The View – Exorcism Of Youth
Wenn ein medienwirksamer Streit im Vorfeld einer Albumveröffentlichung offenbar (hier aber eigentlich gar nicht) Aufmerksamkeit für den Release generieren soll, ist das selten gutes Zeichen für das damit indirekt beworbenen Material. Im Falle des The View-Comebacks Exorcism of Youth ist die Sache dann jedenfalls so oder so halb so wild.
Immerhin ist Frontmann Kyle Falconer, mit mittlerweile zwei Soloalben im Kasten und den kreativen Output von The View nicht mehr alleine stemmend, immer noch einfach ein Könner in seinem Indierock-Metier: In Sachen Songwriting liefert er (und seine, nun ja, Wieder-Freunde Kieran Webster und Pete Reilly) auch auf der ersten Platte des wiedervereinigten schottischen Band seit Ropewalk von 2015 ab, die barrierefreien Ohrwürmer purzeln locker, eingängig und schmissig aus dem Handgelenk – der überschaubare nachhaltige Reiz der Nummern sei insofern erst einmal dahingestellt.

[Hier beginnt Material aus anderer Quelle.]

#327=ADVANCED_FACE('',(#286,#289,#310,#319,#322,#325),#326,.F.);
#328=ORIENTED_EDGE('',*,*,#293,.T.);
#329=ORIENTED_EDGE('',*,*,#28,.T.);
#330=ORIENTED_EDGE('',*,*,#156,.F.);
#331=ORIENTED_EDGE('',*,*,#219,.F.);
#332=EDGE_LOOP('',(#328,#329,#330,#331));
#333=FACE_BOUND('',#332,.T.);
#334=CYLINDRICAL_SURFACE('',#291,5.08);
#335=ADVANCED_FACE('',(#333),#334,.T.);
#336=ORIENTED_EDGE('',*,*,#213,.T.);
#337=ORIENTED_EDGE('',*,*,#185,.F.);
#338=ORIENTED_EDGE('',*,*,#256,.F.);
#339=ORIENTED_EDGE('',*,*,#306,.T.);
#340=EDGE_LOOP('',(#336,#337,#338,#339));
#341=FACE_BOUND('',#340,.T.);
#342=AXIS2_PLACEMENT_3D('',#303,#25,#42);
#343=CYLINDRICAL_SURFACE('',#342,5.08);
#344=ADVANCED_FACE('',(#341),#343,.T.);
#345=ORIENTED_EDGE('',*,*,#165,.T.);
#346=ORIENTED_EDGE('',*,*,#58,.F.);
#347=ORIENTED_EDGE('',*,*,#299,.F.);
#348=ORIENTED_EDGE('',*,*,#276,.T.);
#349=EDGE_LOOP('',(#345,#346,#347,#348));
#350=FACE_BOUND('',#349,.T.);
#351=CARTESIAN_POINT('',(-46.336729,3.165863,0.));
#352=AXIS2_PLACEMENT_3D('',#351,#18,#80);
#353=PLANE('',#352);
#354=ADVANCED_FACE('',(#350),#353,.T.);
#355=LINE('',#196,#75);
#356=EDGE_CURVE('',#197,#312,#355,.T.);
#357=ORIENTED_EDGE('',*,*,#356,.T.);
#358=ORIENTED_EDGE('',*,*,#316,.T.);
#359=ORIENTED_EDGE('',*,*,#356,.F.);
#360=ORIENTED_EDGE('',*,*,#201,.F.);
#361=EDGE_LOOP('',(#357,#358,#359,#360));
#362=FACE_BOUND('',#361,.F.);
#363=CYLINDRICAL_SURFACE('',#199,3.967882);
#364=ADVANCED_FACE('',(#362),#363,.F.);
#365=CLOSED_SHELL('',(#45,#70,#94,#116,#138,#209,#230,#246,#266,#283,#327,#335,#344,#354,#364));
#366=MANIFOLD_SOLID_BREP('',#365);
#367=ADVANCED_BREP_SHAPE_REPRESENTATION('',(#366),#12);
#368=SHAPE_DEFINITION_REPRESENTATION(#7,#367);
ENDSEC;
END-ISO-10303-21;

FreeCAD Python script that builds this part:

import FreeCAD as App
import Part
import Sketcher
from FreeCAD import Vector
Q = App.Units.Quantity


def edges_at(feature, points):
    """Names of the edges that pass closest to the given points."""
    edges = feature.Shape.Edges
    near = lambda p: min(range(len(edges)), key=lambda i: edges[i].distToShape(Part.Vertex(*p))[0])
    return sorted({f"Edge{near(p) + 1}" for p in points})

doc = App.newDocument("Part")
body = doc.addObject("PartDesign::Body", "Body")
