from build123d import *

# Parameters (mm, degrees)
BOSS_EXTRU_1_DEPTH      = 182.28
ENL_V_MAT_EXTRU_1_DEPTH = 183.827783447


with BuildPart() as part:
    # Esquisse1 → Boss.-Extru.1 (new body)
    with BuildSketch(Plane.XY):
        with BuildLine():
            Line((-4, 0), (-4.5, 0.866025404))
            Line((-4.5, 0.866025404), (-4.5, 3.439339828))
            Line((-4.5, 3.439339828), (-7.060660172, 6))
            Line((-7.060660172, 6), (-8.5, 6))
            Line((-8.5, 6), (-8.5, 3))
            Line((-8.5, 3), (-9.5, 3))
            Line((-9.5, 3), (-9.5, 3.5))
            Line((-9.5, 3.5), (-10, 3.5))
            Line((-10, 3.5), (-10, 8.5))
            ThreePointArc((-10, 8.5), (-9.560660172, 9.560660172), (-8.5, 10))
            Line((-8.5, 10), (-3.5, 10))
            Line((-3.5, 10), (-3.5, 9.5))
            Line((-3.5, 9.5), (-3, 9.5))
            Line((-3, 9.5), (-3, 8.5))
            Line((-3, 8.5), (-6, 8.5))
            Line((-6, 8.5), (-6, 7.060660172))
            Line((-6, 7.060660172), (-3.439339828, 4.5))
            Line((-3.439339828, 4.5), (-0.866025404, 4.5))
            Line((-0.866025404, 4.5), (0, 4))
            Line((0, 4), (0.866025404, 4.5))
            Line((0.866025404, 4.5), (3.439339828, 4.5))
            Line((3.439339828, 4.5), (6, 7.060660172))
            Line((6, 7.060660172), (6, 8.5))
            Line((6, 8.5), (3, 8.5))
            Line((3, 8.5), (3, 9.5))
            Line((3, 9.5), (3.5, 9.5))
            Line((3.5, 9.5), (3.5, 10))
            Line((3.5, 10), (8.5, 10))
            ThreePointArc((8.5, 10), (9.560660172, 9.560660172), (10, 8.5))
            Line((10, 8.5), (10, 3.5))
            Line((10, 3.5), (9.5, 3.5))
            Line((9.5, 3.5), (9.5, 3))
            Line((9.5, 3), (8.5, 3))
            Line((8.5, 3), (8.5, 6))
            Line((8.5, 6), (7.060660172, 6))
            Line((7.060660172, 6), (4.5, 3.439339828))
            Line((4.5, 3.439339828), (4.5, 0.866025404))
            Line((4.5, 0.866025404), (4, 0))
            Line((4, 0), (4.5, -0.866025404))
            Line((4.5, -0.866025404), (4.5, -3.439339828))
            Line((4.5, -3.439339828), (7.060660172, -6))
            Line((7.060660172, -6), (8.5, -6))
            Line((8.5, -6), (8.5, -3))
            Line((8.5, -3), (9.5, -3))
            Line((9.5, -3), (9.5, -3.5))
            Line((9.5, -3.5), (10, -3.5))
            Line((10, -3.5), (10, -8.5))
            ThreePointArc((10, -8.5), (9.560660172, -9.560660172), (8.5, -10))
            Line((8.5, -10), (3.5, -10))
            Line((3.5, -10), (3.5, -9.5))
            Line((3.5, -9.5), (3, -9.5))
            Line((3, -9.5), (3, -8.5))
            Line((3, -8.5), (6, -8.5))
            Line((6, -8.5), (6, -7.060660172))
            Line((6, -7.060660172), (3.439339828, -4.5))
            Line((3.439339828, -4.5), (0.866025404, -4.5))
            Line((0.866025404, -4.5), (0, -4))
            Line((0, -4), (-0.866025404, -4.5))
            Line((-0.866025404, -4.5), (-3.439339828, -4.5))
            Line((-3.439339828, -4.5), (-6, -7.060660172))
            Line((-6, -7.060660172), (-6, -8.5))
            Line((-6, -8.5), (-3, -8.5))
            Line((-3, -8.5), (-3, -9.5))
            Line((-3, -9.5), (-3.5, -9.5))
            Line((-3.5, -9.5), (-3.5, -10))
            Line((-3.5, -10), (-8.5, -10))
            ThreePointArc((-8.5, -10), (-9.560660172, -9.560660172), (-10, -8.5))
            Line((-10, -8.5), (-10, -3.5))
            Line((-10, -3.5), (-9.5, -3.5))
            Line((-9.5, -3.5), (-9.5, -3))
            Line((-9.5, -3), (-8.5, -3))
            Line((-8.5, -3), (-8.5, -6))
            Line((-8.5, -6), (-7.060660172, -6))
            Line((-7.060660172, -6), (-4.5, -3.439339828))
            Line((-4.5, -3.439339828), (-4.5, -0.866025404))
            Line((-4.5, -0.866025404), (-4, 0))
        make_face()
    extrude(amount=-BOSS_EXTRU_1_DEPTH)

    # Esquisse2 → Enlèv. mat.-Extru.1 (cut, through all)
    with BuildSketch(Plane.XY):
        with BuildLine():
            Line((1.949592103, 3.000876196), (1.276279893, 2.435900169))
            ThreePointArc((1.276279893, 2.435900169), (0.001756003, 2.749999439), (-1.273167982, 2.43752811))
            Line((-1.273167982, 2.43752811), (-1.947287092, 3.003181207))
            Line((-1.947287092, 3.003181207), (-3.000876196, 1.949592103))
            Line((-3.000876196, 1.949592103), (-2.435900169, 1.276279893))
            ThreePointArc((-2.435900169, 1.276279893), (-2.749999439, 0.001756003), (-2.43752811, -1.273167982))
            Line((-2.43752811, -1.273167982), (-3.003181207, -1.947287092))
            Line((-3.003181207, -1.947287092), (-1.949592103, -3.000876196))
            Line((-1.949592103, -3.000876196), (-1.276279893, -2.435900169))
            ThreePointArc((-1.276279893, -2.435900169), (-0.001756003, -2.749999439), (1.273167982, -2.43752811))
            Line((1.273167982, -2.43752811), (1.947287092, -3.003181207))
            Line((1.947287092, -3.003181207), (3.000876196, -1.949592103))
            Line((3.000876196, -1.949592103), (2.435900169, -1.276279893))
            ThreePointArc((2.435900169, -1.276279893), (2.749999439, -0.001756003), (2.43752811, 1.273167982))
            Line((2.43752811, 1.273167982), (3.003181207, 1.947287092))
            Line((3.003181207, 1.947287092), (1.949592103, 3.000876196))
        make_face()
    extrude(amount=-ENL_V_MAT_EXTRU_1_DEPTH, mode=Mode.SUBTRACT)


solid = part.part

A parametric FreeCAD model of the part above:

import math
import FreeCAD as App
import Part
import Sketcher
Q = App.Units.Quantity

doc = App.newDocument("Part")
body = doc.addObject("PartDesign::Body", "Body")

sketch1 = body.newObject("Sketcher::SketchObject", "Sketch")
sketch1.AttachmentSupport = (doc.getObject("XY_Plane"), [""])
sketch1.MapMode = "FlatFace"
sketch1.addGeometry([
    Part.LineSegment(App.Vector(-4.5, 0.866025, 0), App.Vector(-4, 0, 0)),
    Part.LineSegment(App.Vector(-4, 0, 0), App.Vector(-4.5, -0.866025, 0)),
    Part.LineSegment(App.Vector(-4.5, -0.866025, 0), App.Vector(-4.5, -3.43934, 0)),
    Part.LineSegment(App.Vector(-4.5, -3.43934, 0), App.Vector(-7.06066, -6, 0)),
    Part.LineSegment(App.Vector(-7.06066, -6, 0), App.Vector(-8.5, -6, 0)),
    Part.LineSegment(App.Vector(-8.5, -6, 0), App.Vector(-8.5, -3, 0)),
    Part.LineSegment(App.Vector(-8.5, -3, 0), App.Vector(-9.5, -3, 0)),
    Part.LineSegment(App.Vector(-9.5, -3, 0), App.Vector(-9.5, -3.5, 0)),
    Part.LineSegment(App.Vector(-9.5, -3.5, 0), App.Vector(-10, -3.5, 0)),
    Part.LineSegment(App.Vector(-10, -3.5, 0), App.Vector(-10, -8.5, 0)),
    Part.ArcOfCircle(Part.Circle(App.Vector(-8.5, -8.5, 0), App.Vector(0, 0, 1), 1.5), math.radians(180), math.radians(270)),
    Part.LineSegment(App.Vector(-8.5, -10, 0), App.Vector(-3.5, -10, 0)),
    Part.LineSegment(App.Vector(-3.5, -10, 0), App.Vector(-3.5, -9.5, 0)),
    Part.LineSegment(App.Vector(-3.5, -9.5, 0), App.Vector(-3, -9.5, 0)),
    Part.LineSegment(App.Vector(-3, -9.5, 0), App.Vector(-3, -8.5, 0)),
    Part.LineSegment(App.Vector(-3, -8.5, 0), App.Vector(-6, -8.5, 0)),
    Part.LineSegment(App.Vector(-6, -8.5, 0), App.Vector(-6, -7.06066, 0)),
    Part.LineSegment(App.Vector(-6, -7.06066, 0), App.Vector(-3.43934, -4.5, 0)),
    Part.LineSegment(App.Vector(-3.43934, -4.5, 0), App.Vector(-0.866025, -4.5, 0)),
    Part.LineSegment(App.Vector(-0.866025, -4.5, 0), App.Vector(0, -4, 0)),
    Part.LineSegment(App.Vector(0, -4, 0), App.Vector(0.866025, -4.5, 0)),
    Part.LineSegment(App.Vector(0.866025, -4.5, 0), App.Vector(3.43934, -4.5, 0)),
    Part.LineSegment(App.Vector(3.43934, -4.5, 0), App.Vector(6, -7.06066, 0)),
    Part.LineSegment(App.Vector(6, -7.06066, 0), App.Vector(6, -8.5, 0)),
    Part.LineSegment(App.Vector(6, -8.5, 0), App.Vector(3, -8.5, 0)),
    Part.LineSegment(App.Vector(3, -8.5, 0), App.Vector(3, -9.5, 0)),
    Part.LineSegment(App.Vector(3, -9.5, 0), App.Vector(3.5, -9.5, 0)),
    Part.LineSegment(App.Vector(3.5, -9.5, 0), App.Vector(3.5, -10, 0)),
    Part.LineSegment(App.Vector(3.5, -10, 0), App.Vector(8.5, -10, 0)),
    Part.ArcOfCircle(Part.Circle(App.Vector(8.5, -8.5, 0), App.Vector(0, 0, 1), 1.5), math.radians(-90), math.radians(0)),
    Part.LineSegment(App.Vector(10, -8.5, 0), App.Vector(10, -3.5, 0)),
    Part.LineSegment(App.Vector(10, -3.5, 0), App.Vector(9.5, -3.5, 0)),
    Part.LineSegment(App.Vector(9.5, -3.5, 0), App.Vector(9.5, -3, 0)),
    Part.LineSegment(App.Vector(9.5, -3, 0), App.Vector(8.5, -3, 0)),
    Part.LineSegment(App.Vector(8.5, -3, 0), App.Vector(8.5, -6, 0)),
    Part.LineSegment(App.Vector(8.5, -6, 0), App.Vector(7.06066, -6, 0)),
    Part.LineSegment(App.Vector(7.06066, -6, 0), App.Vector(4.5, -3.43934, 0)),
    Part.LineSegment(App.Vector(4.5, -3.43934, 0), App.Vector(4.5, -0.866025, 0)),
    Part.LineSegment(App.Vector(4.5, -0.866025, 0), App.Vector(4, 0, 0)),
    Part.LineSegment(App.Vector(4, 0, 0), App.Vector(4.5, 0.866025, 0)),
    Part.LineSegment(App.Vector(4.5, 0.866025, 0), App.Vector(4.5, 3.43934, 0)),
    Part.LineSegment(App.Vector(4.5, 3.43934, 0), App.Vector(7.06066, 6, 0)),
    Part.LineSegment(App.Vector(7.06066, 6, 0), App.Vector(8.5, 6, 0)),
    Part.LineSegment(App.Vector(8.5, 6, 0), App.Vector(8.5, 3, 0)),
    Part.LineSegment(App.Vector(8.5, 3, 0), App.Vector(9.5, 3, 0)),
    Part.LineSegment(App.Vector(9.5, 3, 0), App.Vector(9.5, 3.5, 0)),
    Part.LineSegment(App.Vector(9.5, 3.5, 0), App.Vector(10, 3.5, 0)),
    Part.LineSegment(App.Vector(10, 3.5, 0), App.Vector(10, 8.5, 0)),
    Part.ArcOfCircle(Part.Circle(App.Vector(8.5, 8.5, 0), App.Vector(0, 0, 1), 1.5), math.radians(0), math.radians(90)),
    Part.LineSegment(App.Vector(8.5, 10, 0), App.Vector(3.5, 10, 0)),
    Part.LineSegment(App.Vector(3.5, 10, 0), App.Vector(3.5, 9.5, 0)),
    Part.LineSegment(App.Vector(3.5, 9.5, 0), App.Vector(3, 9.5, 0)),
    Part.LineSegment(App.Vector(3, 9.5, 0), App.Vector(3, 8.5, 0)),
    Part.LineSegment(App.Vector(3, 8.5, 0), App.Vector(6, 8.5, 0)),
    Part.LineSegment(App.Vector(6, 8.5, 0), App.Vector(6, 7.06066, 0)),
    Part.LineSegment(App.Vector(6, 7.06066, 0), App.Vector(3.43934, 4.5, 0)),
    Part.LineSegment(App.Vector(3.43934, 4.5, 0), App.Vector(0.866025, 4.5, 0)),
    Part.LineSegment(App.Vector(0.866025, 4.5, 0), App.Vector(0, 4, 0)),
    Part.LineSegment(App.Vector(0, 4, 0), App.Vector(-0.866025, 4.5, 0)),
    Part.LineSegment(App.Vector(-0.866025, 4.5, 0), App.Vector(-3.43934, 4.5, 0)),
    Part.LineSegment(App.Vector(-3.43934, 4.5, 0), App.Vector(-6, 7.06066, 0)),
    Part.LineSegment(App.Vector(-6, 7.06066, 0), App.Vector(-6, 8.5, 0)),
    Part.LineSegment(App.Vector(-6, 8.5, 0), App.Vector(-3, 8.5, 0)),
    Part.LineSegment(App.Vector(-3, 8.5, 0), App.Vector(-3, 9.5, 0)),
    Part.LineSegment(App.Vector(-3, 9.5, 0), App.Vector(-3.5, 9.5, 0)),
    Part.LineSegment(App.Vector(-3.5, 9.5, 0), App.Vector(-3.5, 10, 0)),
    Part.LineSegment(App.Vector(-3.5, 10, 0), App.Vector(-8.5, 10, 0)),
    Part.ArcOfCircle(Part.Circle(App.Vector(-8.5, 8.5, 0), App.Vector(0, 0, 1), 1.5), math.radians(90), math.radians(180)),
    Part.LineSegment(App.Vector(-10, 8.5, 0), App.Vector(-10, 3.5, 0)),
    Part.LineSegment(App.Vector(-10, 3.5, 0), App.Vector(-9.5, 3.5, 0)),
    Part.LineSegment(App.Vector(-9.5, 3.5, 0), App.Vector(-9.5, 3, 0)),
    Part.LineSegment(App.Vector(-9.5, 3, 0), App.Vector(-8.5, 3, 0)),
    Part.LineSegment(App.Vector(-8.5, 3, 0), App.Vector(-8.5, 6, 0)),
    Part.LineSegment(App.Vector(-8.5, 6, 0), App.Vector(-7.06066, 6, 0)),
    Part.LineSegment(App.Vector(-7.06066, 6, 0), App.Vector(-4.5, 3.43934, 0)),
    Part.LineSegment(App.Vector(-4.5, 3.43934, 0), App.Vector(-4.5, 0.866025, 0)),
], False)
sketch1.addConstraint([
    Sketcher.Constraint("Coincident", 0, 2, 1, 1),
    Sketcher.Constraint("Coincident", 1, 2, 2, 1),
    Sketcher.Constraint("Coincident", 2, 2, 3, 1),
    Sketcher.Constraint("Coincident", 3, 2, 4, 1),
    Sketcher.Constraint("Coincident", 4, 2, 5, 1),
    Sketcher.Constraint("Coincident", 5, 2, 6, 1),
    Sketcher.Constraint("Coincident", 6, 2, 7, 1),
    Sketcher.Constraint("Coincident", 7, 2, 8, 1),
    Sketcher.Constraint("Coincident", 8, 2, 9, 1),
    Sketcher.Constraint("Tangent", 9, 2, 10, 1),
    Sketcher.Constraint("Tangent", 10, 2, 11, 1),
    Sketcher.Constraint("Coincident", 11, 2, 12, 1),
    Sketcher.Constraint("Coincident", 12, 2, 13, 1),
    Sketcher.Constraint("Coincident", 13, 2, 14, 1),
    Sketcher.Constraint("Coincident", 14, 2, 15, 1),
    Sketcher.Constraint("Coincident", 15, 2, 16, 1),
    Sketcher.Constraint("Coincident", 16, 2, 17, 1),
    Sketcher.Constraint("Coincident", 17, 2, 18, 1),
    Sketcher.Constraint("Coincident", 18, 2, 19, 1),
    Sketcher.Constraint("Coincident", 19, 2, 20, 1),
    Sketcher.Constraint("Coincident", 20, 2, 21, 1),
    Sketcher.Constraint("Coincident", 21, 2, 22, 1),
    Sketcher.Constraint("Coincident", 22, 2, 23, 1),
    Sketcher.Constraint("Coincident", 23, 2, 24, 1),
    Sketcher.Constraint("Coincident", 24, 2, 25, 1),
    Sketcher.Constraint("Coincident", 25, 2, 26, 1),
    Sketcher.Constraint("Coincident", 26, 2, 27, 1),
    Sketcher.Constraint("Coincident", 27, 2, 28, 1),
    Sketcher.Constraint("Tangent", 28, 2, 29, 1),
    Sketcher.Constraint("Tangent", 29, 2, 30, 1),
    Sketcher.Constraint("Coincident", 30, 2, 31, 1),
    Sketcher.Constraint("Coincident", 31, 2, 32, 1),
    Sketcher.Constraint("Coincident", 32, 2, 33, 1),
    Sketcher.Constraint("Coincident", 33, 2, 34, 1),
    Sketcher.Constraint("Coincident", 34, 2, 35, 1),
    Sketcher.Constraint("Coincident", 35, 2, 36, 1),
    Sketcher.Constraint("Coincident", 36, 2, 37, 1),
    Sketcher.Constraint("Coincident", 37, 2, 38, 1),
    Sketcher.Constraint("Coincident", 38, 2, 39, 1),
    Sketcher.Constraint("Coincident", 39, 2, 40, 1),
    Sketcher.Constraint("Coincident", 40, 2, 41, 1),
    Sketcher.Constraint("Coincident", 41, 2, 42, 1),
    Sketcher.Constraint("Coincident", 42, 2, 43, 1),
    Sketcher.Constraint("Coincident", 43, 2, 44, 1),
    Sketcher.Constraint("Coincident", 44, 2, 45, 1),
    Sketcher.Constraint("Coincident", 45, 2, 46, 1),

Gerade in der ersten Hälfte, wo flotte Nonchalance (The Wonder of it All) neben sympathischen Singalongs wie Arctic Sun stehen, anachronistische Orgeltexturen grundieren (Shovel in His Hand) und schon beim Einstieg mit dem Titelstück und Feels Like auffällt, dass (der nach Bread And Circuses ein zweites Mal das Ruder übernehmende) Produzent Youth dem Sound mehr Hochglanz verpasst hat, der tendenziell wohl auch dem Stadion nicht abgeneigt wäre – der Mittelteil von Exorcism of Youth will deswegen (ausnahmsweise sogar ein wenig verkrampft, weil) unbedingt Hymne sein (Allergic to Mornings) und gibt dafür im zweiten Herzstück Black Mirror sogar dem Mainstream-Kitsch samt Streichern mit der gediegenen Gefälligkeit eines heroischen Movie-Abspanns nach. Das geht überrschend okay!
Um den Songs Biss und Angriffslust zu verleihen, Spontanität einzufangen oder Kanten und Dreck unter den Fingernägeln zu belassen, ist Youth also der Falsche. Doch wenn Exorcism of Youth nach dem belangloseren Filler Neon Lights (quasi alles, was zwischen ZZ Top und Bowie zu zahm rockend sehr catchy sein kann?) und dem Tanzflächen-Serotonin Woman of the Year mit dem unkomplizierten Drive von Dixie (das seine Muster stellvertretend für einige Songs des Albums viel zu ausgiebig repetiert) sowie dem Finale aus der endgültigen 80er-Annäherung Footprints in the Sand und dem dort dreampoppiger schwelgenden Tangled in synthetischere Gefilde lenkt, funktioniert seine leitende Hand geschmacksicher dort, wie die Wombats nichts mehr zu sagen haben.
Offen bleibt dabei zwar schon über weite Strecken, inwiefern genau The View, wie proklamiert, für ihre Rückkehr nun tatsächlich von Pressure Machine und Sam Fender inspiriert wurden. Eigentlich egal. Denn dass das (ohne den nicht zurückgekehrten Schlagzeuger Steven Morrison kein Quartett mehr bildende)Trio fast 17 Jahre nach seiner bis heute unschlagbar starken Mega-Singlea-Schleuder Hats Off to the Buskers für eine rundum solide Platte gut ist, die unterhaltsam nebenher laufend unverbindlichen Spaß macht – und abschließend mit der Fanbrille betrachtet sogar die Aufrundung zwischen den Punkten bekommen wird! – braucht dann auch gar keine ablenkenden Zusatzinfos oder gar effektvolles Rabaukentum unter Brüdern (…sondern womöglich nur einen anderen Produzenten?).